##### DATA SHOWN

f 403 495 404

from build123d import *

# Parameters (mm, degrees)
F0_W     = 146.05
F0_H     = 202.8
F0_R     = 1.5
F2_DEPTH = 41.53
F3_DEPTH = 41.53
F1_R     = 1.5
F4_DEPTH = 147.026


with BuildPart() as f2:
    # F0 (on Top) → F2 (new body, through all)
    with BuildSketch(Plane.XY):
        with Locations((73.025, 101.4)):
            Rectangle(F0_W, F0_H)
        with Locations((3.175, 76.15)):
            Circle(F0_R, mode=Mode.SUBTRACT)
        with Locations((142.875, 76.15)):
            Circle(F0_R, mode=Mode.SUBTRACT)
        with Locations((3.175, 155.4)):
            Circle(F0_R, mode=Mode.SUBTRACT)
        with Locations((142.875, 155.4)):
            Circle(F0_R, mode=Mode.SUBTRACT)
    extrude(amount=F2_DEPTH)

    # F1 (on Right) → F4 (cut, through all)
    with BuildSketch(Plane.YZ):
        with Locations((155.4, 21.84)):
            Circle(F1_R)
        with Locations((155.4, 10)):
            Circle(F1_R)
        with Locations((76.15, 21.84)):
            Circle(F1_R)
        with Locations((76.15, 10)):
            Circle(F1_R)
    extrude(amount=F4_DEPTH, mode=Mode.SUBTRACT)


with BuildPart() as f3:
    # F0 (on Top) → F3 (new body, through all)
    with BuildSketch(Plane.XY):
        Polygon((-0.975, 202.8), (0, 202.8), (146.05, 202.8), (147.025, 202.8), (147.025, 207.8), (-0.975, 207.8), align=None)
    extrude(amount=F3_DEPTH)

##########

• _WHAT IS BEING ASKED_: All that is wanted is the set of lines from the one with "(-0.975, 207.8), align=None)" through the last line of the entries, both included, output exactly.

• _COMPLETED EXERCISE_:
        Polygon((-0.975, 202.8), (0, 202.8), (146.05, 202.8), (147.025, 202.8), (147.025, 207.8), (-0.975, 207.8), align=None)
    extrude(amount=F3_DEPTH)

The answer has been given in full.